Task to carry out: Please take the lines from the one holding "extrude(amount=F19_DEPTH, both=True, mode=Mode.SUBTRACT)" through the one holding "Rectangle(F24_W, F24_H)" in the data below and copy them exactly.

Data records:
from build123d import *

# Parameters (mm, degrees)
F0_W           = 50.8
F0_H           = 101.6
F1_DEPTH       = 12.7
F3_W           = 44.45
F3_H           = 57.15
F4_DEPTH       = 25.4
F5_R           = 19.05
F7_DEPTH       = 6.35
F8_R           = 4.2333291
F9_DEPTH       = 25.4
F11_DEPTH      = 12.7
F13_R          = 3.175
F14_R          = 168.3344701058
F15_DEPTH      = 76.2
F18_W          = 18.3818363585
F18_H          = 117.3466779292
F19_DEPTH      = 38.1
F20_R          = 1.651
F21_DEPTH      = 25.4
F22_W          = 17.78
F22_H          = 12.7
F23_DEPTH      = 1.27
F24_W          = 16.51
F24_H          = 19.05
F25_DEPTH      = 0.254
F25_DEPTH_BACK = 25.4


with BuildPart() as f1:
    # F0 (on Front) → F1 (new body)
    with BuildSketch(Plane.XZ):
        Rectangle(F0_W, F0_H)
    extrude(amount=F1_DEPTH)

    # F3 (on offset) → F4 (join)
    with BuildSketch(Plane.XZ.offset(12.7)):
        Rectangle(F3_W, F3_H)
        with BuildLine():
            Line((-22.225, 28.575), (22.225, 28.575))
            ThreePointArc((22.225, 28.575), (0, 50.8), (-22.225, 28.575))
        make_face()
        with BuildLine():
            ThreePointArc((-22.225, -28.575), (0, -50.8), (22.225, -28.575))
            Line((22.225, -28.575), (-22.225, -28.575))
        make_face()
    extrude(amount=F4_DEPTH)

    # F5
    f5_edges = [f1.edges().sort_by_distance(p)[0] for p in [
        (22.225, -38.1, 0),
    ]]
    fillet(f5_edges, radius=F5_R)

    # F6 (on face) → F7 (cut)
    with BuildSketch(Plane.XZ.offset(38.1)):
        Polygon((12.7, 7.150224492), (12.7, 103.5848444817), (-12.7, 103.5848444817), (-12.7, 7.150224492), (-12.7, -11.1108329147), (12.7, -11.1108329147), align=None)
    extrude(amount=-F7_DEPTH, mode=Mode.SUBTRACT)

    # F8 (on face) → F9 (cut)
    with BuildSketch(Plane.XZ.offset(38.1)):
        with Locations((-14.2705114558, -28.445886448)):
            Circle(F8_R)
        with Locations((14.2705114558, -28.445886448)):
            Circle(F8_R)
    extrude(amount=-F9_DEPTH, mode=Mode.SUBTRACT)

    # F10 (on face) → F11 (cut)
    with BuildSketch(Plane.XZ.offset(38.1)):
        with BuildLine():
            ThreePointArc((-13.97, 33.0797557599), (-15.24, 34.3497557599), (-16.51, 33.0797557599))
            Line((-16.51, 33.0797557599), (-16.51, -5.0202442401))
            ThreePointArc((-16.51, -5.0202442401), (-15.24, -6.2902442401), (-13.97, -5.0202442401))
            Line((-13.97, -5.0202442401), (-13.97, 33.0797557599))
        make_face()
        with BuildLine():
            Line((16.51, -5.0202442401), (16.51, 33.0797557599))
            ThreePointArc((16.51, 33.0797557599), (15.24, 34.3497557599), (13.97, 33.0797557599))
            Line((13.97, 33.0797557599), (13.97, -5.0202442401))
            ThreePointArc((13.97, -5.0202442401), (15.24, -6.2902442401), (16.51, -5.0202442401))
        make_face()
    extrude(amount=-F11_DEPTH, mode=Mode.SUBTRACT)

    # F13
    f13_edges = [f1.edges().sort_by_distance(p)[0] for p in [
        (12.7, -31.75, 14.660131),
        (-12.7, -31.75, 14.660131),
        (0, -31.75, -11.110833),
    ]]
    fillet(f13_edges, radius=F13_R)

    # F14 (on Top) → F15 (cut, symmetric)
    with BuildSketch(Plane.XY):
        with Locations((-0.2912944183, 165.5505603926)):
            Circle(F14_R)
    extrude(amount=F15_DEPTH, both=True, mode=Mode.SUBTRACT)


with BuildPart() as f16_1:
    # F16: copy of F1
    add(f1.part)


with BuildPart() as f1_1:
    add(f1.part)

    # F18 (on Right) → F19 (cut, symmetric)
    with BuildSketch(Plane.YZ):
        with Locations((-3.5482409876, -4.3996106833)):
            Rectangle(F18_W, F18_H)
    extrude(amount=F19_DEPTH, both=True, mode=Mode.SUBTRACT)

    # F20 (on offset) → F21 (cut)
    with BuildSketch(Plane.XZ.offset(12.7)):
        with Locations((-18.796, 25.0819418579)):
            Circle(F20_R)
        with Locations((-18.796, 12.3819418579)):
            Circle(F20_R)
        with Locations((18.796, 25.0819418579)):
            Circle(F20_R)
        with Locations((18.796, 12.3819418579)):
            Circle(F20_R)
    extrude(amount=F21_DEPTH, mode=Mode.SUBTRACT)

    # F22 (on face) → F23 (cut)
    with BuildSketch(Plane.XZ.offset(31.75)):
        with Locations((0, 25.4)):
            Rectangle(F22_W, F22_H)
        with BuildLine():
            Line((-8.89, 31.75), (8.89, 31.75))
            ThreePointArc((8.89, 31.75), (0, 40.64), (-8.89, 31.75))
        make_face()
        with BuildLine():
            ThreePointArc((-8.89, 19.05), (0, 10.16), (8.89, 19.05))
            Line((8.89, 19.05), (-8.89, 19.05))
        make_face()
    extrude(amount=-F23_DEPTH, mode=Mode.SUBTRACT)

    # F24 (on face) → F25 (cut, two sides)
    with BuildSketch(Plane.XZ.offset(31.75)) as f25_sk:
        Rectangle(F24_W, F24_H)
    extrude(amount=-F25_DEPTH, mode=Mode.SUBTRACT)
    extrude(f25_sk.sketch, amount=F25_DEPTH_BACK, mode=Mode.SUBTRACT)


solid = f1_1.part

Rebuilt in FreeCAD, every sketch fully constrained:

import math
import FreeCAD as App
import Part
import Sketcher

V = App.Vector
Q = App.Units.Quantity


def edges_at(feature, points):
    """Names of the edges that pass closest to the given points."""
    edges = feature.Shape.Edges
    near = lambda p: min(range(len(edges)), key=lambda i: edges[i].distToShape(Part.Vertex(*p))[0])
    return sorted({f"Edge{near(p) + 1}" for p in points})

doc = App.newDocument("Part")
params = doc.addObject("Spreadsheet::Sheet", "Params")
for row, (alias, value) in enumerate([
    ("sketch1_width", "2 in"),
    ("sketch1_height", "4 in"),
    ("pad1_length", "0.5 in"),
    ("sketch2_radius", "0.875 in"),
    ("sketch2_height", "2.25 in"),
    ("pad2_length", "1 in"),
    ("fillet_radius", "0.75 in"),
    ("sketch3_width", "1 in"),
    ("pocket1_length", "0.25 in"),
    ("pocket2_length", "1 in"),
    ("sketch5_radius", "0.05 in"),
    ("sketch5_height", "1.5 in"),
    ("pocket3_length", "0.5 in"),
    ("fillet2_radius", "0.125 in"),
    ("pocket4_length", "6 in"),
    ("pocket5_length", "3 in"),
    ("sketch8_diameter", "0.13 in"),
    ("pocket6_length", "1 in"),
    ("sketch9_radius", "0.35 in"),
    ("sketch9_height", "0.5 in"),
    ("pocket7_length", "0.05 in"),
    ("sketch10_width", "0.65 in"),
    ("sketch10_height", "0.75 in"),
    ("pocket8_length", "0.01 in"),
    ("pocket8_length2", "1 in"),
], start=1):
    params.set(f"A{row}", alias)
    params.set(f"B{row}", "=" + value)
    params.setAlias(f"B{row}", alias)

body = doc.addObject("PartDesign::Body", "Body")

# Sketch on XZ plane
sketch1 = doc.addObject("Sketcher::SketchObject", "Sketch")
body.addObject(sketch1)
sketch1.AttachmentSupport = (doc.XZ_Plane, [""])
sketch1.MapMode = "FlatFace"
sketch1.addGeometry([
    Part.LineSegment(V(-25.4, 50.8, 0), V(-25.4, -50.8, 0)),
    Part.LineSegment(V(-25.4, -50.8, 0), V(25.4, -50.8, 0)),
    Part.LineSegment(V(25.4, -50.8, 0), V(25.4, 50.8, 0)),
    Part.LineSegment(V(25.4, 50.8, 0), V(-25.4, 50.8, 0)),
], False)
sketch1.addConstraint([
    Sketcher.Constraint("Coincident", 0, 2, 1, 1),
    Sketcher.Constraint("Coincident", 1, 2, 2, 1),
    Sketcher.Constraint("Coincident", 2, 2, 3, 1),
    Sketcher.Constraint("Coincident", 3, 2, 0, 1),
    Sketcher.Constraint("Vertical", 0),
    Sketcher.Constraint("Horizontal", 1),
    Sketcher.Constraint("Vertical", 2),
    Sketcher.Constraint("Horizontal", 3),
    Sketcher.Constraint("Symmetric", 0, 2, 2, 2, -1, 1),
    Sketcher.Constraint("DistanceX", 1, 1, 1, 2, Q("2 in")),
    Sketcher.Constraint("DistanceY", 0, 2, 0, 1, Q("4 in")),
])
sketch1.setExpression("Constraints[9]", "Params.sketch1_width")
sketch1.setExpression("Constraints[10]", "Params.sketch1_height")
pad1 = doc.addObject("PartDesign::Pad", "Pad")
body.addObject(pad1)
pad1.Profile = sketch1
pad1.setExpression("Length", "Params.pad1_length")

# Sketch on XZ plane
sketch2 = doc.addObject("Sketcher::SketchObject", "Sketch001")
body.addObject(sketch2)
sketch2.AttachmentSupport = (doc.XZ_Plane, [""])
sketch2.MapMode = "FlatFace"
sketch2.AttachmentOffset = App.Placement(V(0, 0, 0.5 * 25.4), App.Rotation())
sketch2.addGeometry([
    Part.LineSegment(V(-22.225, 28.575, 0), V(-22.225, -28.575, 0)),
    Part.ArcOfCircle(Part.Circle(V(0, -28.575, 0), V(0, 0, 1), 22.225), math.radians(180), math.radians(360)),
    Part.LineSegment(V(22.225, -28.575, 0), V(22.225, 28.575, 0)),
    Part.ArcOfCircle(Part.Circle(V(0, 28.575, 0), V(0, 0, 1), 22.225), math.radians(0), math.radians(180)),
], False)
sketch2.addConstraint([
    Sketcher.Constraint("Tangent", 0, 2, 1, 1),
    Sketcher.Constraint("Tangent", 1, 2, 2, 1),
    Sketcher.Constraint("Tangent", 2, 2, 3, 1),
    Sketcher.Constraint("Tangent", 3, 2, 0, 1),
    Sketcher.Constraint("Vertical", 0),
    Sketcher.Constraint("Vertical", 2),
    Sketcher.Constraint("Symmetric", 1, 3, 3, 3, -1, 1),
    Sketcher.Constraint("Radius", 1, Q("0.875 in")),
    Sketcher.Constraint("DistanceY", 0, 2, 0, 1, Q("2.25 in")),
])
sketch2.setExpression("Constraints[7]", "Params.sketch2_radius")
sketch2.setExpression("Constraints[8]", "Params.sketch2_height")
pad2 = doc.addObject("PartDesign::Pad", "Pad001")
body.addObject(pad2)
pad2.Profile = sketch2
pad2.setExpression("Length", "Params.pad2_length")
doc.recompute()

fillet = doc.addObject("PartDesign::Fillet", "Fillet")
body.addObject(fillet)
fillet.Base = (pad2, edges_at(pad2, [(22.225, -38.1, 0)]))
fillet.setExpression("Radius", "Params.fillet_radius")

# Sketch on XZ plane
sketch3 = doc.addObject("Sketcher::SketchObject", "Sketch002")
body.addObject(sketch3)
sketch3.AttachmentSupport = (doc.XZ_Plane, [""])
sketch3.MapMode = "FlatFace"
sketch3.AttachmentOffset = App.Placement(V(0, 0, 1.5 * 25.4), App.Rotation())
sketch3.addGeometry([
    Part.LineSegment(V(12.7, 103.584844, 0), V(-12.7, 103.584844, 0)),
    Part.LineSegment(V(-12.7, 103.584844, 0), V(-12.7, -11.110833, 0)),
    Part.LineSegment(V(-12.7, -11.110833, 0), V(12.7, -11.110833, 0)),
    Part.LineSegment(V(12.7, -11.110833, 0), V(12.7, 103.584844, 0)),
], False)
sketch3.addConstraint([
    Sketcher.Constraint("Coincident", 0, 2, 1, 1),
    Sketcher.Constraint("Coincident", 1, 2, 2, 1),
    Sketcher.Constraint("Coincident", 2, 2, 3, 1),
    Sketcher.Constraint("Coincident", 3, 2, 0, 1),
    Sketcher.Constraint("Horizontal", 0),
    Sketcher.Constraint("Vertical", 1),
    Sketcher.Constraint("Horizontal", 2),
    Sketcher.Constraint("Vertical", 3),
    Sketcher.Constraint("DistanceX", 0, 2, 0, 1, Q("1 in")),
    Sketcher.Constraint("DistanceX", 0, 2, -1, 1, Q("0.5 in")),
    Sketcher.Constraint("DistanceY", 1, 2, 1, 1, 114.695677),
    Sketcher.Constraint("DistanceY", -1, 1, 0, 2, 103.584844),
])
sketch3.setExpression("Constraints[8]", "Params.sketch3_width")
pocket1 = doc.addObject("PartDesign::Pocket", "Pocket")
body.addObject(pocket1)
pocket1.Profile = sketch3
pocket1.setExpression("Length", "Params.pocket1_length")

# Sketch on XZ plane
sketch4 = doc.addObject("Sketcher::SketchObject", "Sketch003")
body.addObject(sketch4)
sketch4.AttachmentSupport = (doc.XZ_Plane, [""])
sketch4.MapMode = "FlatFace"
sketch4.AttachmentOffset = App.Placement(V(0, 0, 1.5 * 25.4), App.Rotation())
sketch4.addGeometry([
    Part.Circle(V(-14.270511, -28.445886, 0), V(0, 0, 1), 4.233329),
    Part.Circle(V(14.270511, -28.445886, 0), V(0, 0, 1), 4.233329),
], False)
sketch4.addConstraint([
    Sketcher.Constraint("Equal", 0, 1),
    Sketcher.Constraint("Symmetric", 0, 3, 1, 3, -2),
    Sketcher.Constraint("Diameter", 0, 8.466658),
    Sketcher.Constraint("DistanceX", 0, 3, -1, 1, 14.270511),
    Sketcher.Constraint("DistanceY", 0, 3, -1, 1, 28.445886),
])
pocket2 = doc.addObject("PartDesign::Pocket", "Pocket001")
body.addObject(pocket2)
pocket2.Profile = sketch4
pocket2.setExpression("Length", "Params.pocket2_length")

Written answer:
    extrude(amount=F19_DEPTH, both=True, mode=Mode.SUBTRACT)

    # F20 (on offset) → F21 (cut)
    with BuildSketch(Plane.XZ.offset(12.7)):
        with Locations((-18.796, 25.0819418579)):
            Circle(F20_R)
        with Locations((-18.796, 12.3819418579)):
            Circle(F20_R)
        with Locations((18.796, 25.0819418579)):
            Circle(F20_R)
        with Locations((18.796, 12.3819418579)):
            Circle(F20_R)
    extrude(amount=F21_DEPTH, mode=Mode.SUBTRACT)

    # F22 (on face) → F23 (cut)
    with BuildSketch(Plane.XZ.offset(31.75)):
        with Locations((0, 25.4)):
            Rectangle(F22_W, F22_H)
        with BuildLine():
            Line((-8.89, 31.75), (8.89, 31.75))
            ThreePointArc((8.89, 31.75), (0, 40.64), (-8.89, 31.75))
        make_face()
        with BuildLine():
            ThreePointArc((-8.89, 19.05), (0, 10.16), (8.89, 19.05))
            Line((8.89, 19.05), (-8.89, 19.05))
        make_face()
    extrude(amount=-F23_DEPTH, mode=Mode.SUBTRACT)

    # F24 (on face) → F25 (cut, two sides)
    with BuildSketch(Plane.XZ.offset(31.75)) as f25_sk:
        Rectangle(F24_W, F24_H)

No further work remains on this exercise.